Plate-forme pétrolière Oil platform from NASA ...

Plate-forme pétrolière Oil platform from NASA JPL. The Arguello Inc. Harvest Oil Platform is located about 10 km off the coast of central California near Point Conception. catégorie:énergie fossile (Photo credit: Wikipedia)

Oil and gas industry may have been in the headlines for occasional security glitches or even plant explosions.  But what is often not mentioned, is a quite transformation happening inside the industry, to improve daily operations and safety.  The technology adoption rate may be slower in this industry, due to sensitivity around safeguarding of trade secrets, IP issues, and data security concerns.  But there is an increasing recognition of the need for enhanced operational excellence, in this industry, concerned with confining costs and refining margins.

The unconventional and controversial practice of horizontal drilling combined with hydraulic fracturing (converting organic matter within the rock to synthetic oil and gas), have been recent game changers.  Apparently what can be produced by a vertical well in 30 to 35 years, can be done in a horizontal well,  in a span of mere 6 months, environmental concerns notwithstanding.
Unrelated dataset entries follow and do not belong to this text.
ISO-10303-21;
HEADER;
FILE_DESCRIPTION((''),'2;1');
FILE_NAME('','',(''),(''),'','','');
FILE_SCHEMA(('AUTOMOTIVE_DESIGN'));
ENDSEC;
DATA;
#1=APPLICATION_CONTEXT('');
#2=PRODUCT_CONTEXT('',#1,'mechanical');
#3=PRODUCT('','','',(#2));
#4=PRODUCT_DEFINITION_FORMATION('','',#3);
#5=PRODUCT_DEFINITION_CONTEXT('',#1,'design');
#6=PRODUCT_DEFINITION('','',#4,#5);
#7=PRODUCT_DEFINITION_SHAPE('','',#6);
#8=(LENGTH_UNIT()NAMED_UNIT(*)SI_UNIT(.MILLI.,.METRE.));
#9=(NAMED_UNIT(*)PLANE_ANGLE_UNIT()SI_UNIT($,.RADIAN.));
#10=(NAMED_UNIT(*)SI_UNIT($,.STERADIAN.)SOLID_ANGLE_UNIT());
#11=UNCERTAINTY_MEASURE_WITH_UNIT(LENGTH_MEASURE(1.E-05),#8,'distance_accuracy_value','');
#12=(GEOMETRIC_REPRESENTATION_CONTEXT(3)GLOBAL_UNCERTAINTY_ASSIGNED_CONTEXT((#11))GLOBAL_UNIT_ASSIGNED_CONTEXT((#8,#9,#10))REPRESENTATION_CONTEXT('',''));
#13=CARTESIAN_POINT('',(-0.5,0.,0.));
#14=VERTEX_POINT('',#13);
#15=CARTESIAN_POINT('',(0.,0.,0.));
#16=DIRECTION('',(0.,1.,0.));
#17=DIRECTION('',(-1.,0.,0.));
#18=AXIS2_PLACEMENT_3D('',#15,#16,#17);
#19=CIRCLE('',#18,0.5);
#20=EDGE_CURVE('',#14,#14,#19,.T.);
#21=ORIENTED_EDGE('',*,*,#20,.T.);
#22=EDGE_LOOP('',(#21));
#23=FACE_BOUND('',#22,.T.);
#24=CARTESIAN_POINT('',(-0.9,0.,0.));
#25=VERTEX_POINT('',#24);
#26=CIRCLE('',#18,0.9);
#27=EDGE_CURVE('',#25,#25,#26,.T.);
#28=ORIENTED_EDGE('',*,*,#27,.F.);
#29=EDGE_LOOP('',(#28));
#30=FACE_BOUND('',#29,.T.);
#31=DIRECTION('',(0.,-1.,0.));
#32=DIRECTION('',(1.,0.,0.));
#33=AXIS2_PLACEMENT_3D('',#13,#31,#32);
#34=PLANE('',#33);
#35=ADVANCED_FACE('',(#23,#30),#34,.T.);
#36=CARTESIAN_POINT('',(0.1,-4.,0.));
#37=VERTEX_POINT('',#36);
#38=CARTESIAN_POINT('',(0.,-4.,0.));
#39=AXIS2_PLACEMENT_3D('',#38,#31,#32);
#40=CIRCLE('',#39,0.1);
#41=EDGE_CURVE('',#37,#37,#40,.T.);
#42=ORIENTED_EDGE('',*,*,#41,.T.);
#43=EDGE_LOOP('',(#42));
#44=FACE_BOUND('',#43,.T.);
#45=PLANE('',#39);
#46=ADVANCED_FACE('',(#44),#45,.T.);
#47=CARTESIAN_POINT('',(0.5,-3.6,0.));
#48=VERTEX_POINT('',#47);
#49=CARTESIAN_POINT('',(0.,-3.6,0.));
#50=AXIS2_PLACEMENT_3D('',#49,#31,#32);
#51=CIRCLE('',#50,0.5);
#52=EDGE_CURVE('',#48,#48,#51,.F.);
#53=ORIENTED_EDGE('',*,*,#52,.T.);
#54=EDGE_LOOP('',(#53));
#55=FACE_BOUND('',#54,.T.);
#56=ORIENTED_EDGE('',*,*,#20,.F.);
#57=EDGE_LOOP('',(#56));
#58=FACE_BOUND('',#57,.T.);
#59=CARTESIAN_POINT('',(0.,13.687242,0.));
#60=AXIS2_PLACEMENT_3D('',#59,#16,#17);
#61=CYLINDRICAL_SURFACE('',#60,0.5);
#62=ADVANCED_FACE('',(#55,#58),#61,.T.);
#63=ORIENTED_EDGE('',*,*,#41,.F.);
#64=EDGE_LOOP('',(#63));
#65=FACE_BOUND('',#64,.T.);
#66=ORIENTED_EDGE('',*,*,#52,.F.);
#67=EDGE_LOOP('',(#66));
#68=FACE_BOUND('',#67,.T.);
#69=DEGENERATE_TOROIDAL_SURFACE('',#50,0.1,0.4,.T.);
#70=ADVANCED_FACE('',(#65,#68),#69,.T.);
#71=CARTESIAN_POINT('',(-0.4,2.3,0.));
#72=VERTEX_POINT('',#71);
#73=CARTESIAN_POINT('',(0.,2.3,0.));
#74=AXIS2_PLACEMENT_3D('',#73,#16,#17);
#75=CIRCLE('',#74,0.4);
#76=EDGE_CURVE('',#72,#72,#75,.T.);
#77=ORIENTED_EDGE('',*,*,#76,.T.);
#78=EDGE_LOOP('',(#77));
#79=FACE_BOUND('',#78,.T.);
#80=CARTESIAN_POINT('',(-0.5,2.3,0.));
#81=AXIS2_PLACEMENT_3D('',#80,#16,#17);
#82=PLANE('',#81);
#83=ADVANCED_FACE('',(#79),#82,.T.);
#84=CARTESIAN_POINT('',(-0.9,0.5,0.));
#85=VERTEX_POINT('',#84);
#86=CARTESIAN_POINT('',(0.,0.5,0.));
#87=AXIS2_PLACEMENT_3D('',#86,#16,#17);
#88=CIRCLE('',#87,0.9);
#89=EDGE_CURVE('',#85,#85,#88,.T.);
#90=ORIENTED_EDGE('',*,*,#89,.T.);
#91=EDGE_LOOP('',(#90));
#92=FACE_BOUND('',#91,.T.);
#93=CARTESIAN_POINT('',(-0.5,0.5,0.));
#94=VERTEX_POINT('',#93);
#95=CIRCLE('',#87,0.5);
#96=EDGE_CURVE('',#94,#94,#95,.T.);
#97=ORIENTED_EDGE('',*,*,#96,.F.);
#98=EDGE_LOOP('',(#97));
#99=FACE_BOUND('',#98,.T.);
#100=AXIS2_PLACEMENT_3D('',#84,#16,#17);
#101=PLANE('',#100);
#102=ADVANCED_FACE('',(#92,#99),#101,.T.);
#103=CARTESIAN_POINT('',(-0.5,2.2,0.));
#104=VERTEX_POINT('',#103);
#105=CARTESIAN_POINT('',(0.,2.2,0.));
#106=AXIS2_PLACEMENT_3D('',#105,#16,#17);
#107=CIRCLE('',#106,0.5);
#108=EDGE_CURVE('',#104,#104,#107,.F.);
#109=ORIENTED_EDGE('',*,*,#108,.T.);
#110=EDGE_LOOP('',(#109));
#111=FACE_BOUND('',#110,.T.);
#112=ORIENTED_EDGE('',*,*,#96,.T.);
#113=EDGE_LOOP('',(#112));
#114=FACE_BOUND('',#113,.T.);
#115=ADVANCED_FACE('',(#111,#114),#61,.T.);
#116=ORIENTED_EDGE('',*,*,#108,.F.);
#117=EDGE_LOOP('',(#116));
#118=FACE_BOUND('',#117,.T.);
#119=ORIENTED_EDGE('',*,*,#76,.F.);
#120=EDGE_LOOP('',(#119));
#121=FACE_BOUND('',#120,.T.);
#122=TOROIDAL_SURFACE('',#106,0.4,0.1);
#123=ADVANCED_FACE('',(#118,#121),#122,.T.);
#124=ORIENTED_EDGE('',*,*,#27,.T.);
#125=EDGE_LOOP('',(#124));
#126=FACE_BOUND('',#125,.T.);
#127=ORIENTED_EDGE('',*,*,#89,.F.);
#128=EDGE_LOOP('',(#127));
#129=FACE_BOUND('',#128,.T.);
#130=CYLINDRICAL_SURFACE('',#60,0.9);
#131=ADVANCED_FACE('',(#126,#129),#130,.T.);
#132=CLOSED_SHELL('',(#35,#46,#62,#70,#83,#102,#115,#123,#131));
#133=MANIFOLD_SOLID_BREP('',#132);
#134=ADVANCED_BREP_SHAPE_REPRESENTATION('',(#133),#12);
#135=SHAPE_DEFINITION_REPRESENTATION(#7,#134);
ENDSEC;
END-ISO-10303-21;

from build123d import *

# Parameters (mm, degrees)
FILLET_1_R = 0.1
FILLET_2_R = 0.4


with BuildPart() as part:
    # 草图1 → 旋转1 (revolve)
    with BuildSketch(Plane.XY):
        Polygon((0, -4), (-0.5, -4), (-0.5, 0), (-0.9, 0), (-0.9, 0.5), (-0.5, 0.5), (-0.5, 2.3), (0, 2.3), align=None)
    revolve(axis=Axis((0, 13.687242456, 0), (0, -1, 0)))

    # 圆角1
    fillet_1_edges = [part.edges().sort_by_distance(p)[0] for p in [
        (0.5, 2.3, 0),
    ]]
    fillet(fillet_1_edges, radius=FILLET_1_R)

    # 圆角2
    fillet_2_edges = [part.edges().sort_by_distance(p)[0] for p in [
        (0.5, -4, 0),
    ]]
    fillet(fillet_2_edges, radius=FILLET_2_R)


solid = part.part
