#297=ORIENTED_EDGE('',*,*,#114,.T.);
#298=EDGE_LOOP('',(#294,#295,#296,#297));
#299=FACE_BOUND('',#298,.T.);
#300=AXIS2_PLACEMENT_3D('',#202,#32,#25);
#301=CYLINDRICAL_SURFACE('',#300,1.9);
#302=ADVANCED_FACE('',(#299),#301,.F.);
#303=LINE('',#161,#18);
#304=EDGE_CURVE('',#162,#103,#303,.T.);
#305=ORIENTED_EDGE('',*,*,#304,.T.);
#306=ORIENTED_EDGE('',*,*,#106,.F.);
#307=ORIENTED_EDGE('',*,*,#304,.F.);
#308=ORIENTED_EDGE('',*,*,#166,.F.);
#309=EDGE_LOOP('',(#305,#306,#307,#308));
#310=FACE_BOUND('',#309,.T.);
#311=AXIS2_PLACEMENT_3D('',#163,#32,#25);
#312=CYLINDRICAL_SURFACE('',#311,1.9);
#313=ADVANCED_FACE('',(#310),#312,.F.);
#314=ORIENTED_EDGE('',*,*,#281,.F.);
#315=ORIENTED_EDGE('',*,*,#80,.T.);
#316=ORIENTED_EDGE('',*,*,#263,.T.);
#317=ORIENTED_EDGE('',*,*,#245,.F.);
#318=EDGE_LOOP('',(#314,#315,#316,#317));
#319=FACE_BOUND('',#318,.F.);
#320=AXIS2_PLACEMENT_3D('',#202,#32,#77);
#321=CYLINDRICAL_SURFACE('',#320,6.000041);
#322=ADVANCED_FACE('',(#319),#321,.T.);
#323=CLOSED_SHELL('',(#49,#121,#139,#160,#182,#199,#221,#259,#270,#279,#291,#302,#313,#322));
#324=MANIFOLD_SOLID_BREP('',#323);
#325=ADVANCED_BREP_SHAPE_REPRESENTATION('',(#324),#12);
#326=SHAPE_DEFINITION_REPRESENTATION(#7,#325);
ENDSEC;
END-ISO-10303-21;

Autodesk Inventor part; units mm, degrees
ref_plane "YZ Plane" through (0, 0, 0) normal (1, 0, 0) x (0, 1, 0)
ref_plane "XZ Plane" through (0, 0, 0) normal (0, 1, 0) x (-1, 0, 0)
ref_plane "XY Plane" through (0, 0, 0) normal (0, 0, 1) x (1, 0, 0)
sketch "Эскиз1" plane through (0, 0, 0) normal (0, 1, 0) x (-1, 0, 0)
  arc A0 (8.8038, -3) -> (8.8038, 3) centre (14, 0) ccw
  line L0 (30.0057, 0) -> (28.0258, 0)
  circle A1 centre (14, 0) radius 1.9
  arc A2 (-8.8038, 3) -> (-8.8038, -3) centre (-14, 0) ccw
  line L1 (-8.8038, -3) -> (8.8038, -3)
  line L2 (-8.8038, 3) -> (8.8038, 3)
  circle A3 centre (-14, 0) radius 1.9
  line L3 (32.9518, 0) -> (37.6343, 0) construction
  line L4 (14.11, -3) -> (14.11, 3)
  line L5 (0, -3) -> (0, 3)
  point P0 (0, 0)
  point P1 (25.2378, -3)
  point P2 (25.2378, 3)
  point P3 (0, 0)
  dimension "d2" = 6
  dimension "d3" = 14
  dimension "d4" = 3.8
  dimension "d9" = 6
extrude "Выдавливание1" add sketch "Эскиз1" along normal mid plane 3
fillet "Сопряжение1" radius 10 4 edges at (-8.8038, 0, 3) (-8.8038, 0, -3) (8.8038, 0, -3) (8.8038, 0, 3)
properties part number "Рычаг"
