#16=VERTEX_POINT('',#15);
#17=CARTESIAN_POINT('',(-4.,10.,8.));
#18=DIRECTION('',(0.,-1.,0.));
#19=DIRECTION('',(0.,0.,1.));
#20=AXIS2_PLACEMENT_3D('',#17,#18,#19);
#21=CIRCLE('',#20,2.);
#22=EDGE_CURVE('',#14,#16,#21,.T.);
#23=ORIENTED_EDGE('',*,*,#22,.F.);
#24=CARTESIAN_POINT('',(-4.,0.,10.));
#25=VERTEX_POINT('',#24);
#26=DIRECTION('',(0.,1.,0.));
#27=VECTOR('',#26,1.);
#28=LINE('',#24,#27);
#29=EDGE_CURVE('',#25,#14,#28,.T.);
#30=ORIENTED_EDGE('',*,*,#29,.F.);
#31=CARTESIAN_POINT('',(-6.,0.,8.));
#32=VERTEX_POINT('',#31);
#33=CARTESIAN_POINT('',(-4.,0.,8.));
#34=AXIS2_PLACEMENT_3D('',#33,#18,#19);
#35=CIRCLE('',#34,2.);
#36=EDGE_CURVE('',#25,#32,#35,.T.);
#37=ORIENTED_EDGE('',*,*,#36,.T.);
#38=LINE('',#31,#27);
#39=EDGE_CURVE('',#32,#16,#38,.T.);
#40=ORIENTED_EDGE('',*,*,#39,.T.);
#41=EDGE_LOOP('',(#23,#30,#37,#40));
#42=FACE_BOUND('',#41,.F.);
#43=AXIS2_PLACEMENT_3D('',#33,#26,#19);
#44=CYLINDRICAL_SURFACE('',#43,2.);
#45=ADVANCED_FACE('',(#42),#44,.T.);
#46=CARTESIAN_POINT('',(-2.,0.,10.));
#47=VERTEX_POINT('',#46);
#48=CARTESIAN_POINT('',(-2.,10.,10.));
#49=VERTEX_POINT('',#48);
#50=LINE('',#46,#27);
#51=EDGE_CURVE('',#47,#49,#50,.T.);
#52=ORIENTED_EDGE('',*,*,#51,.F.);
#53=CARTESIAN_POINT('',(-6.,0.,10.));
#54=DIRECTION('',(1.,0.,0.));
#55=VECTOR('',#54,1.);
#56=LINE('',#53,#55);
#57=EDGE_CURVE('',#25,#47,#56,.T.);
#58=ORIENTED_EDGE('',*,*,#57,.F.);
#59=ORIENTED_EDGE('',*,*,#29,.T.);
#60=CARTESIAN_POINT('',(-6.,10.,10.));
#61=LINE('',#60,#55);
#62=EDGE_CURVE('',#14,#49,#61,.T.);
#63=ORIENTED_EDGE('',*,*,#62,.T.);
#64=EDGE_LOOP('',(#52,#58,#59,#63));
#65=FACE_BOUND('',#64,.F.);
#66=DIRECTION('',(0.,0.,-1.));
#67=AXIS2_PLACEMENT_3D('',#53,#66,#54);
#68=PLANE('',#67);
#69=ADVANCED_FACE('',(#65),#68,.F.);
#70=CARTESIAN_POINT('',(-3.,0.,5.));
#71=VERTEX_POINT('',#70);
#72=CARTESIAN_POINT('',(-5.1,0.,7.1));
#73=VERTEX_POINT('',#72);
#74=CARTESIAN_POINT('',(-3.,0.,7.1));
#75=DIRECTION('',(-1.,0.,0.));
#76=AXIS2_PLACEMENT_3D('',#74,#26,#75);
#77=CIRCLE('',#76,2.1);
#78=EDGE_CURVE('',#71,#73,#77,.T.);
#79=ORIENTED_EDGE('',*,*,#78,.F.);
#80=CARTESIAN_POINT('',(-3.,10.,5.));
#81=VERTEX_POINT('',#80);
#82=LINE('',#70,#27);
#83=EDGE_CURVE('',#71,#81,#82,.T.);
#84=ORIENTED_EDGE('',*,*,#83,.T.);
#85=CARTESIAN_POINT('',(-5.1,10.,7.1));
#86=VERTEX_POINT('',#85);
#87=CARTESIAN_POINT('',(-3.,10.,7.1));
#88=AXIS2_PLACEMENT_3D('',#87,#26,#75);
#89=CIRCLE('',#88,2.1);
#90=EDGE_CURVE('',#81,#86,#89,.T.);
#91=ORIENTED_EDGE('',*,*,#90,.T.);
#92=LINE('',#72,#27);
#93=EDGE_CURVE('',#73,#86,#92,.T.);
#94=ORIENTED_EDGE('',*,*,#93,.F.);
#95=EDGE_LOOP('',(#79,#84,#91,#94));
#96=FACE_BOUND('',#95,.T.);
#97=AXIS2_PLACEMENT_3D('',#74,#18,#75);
There is now a thirst for innovative ideas within the industry, to minimize negative environmental impact, increase safety, contain costs, and enhance operational efficiency.   Many oil and gas service centers have opened innovation centers in Silicon Valley to enhance implementation of new ideas.  With the help of emerging technologies in visualization and complexity management, and with advances in cloud computing, big data analytics and Internet of Things, the industry is poised to transform itself for the better.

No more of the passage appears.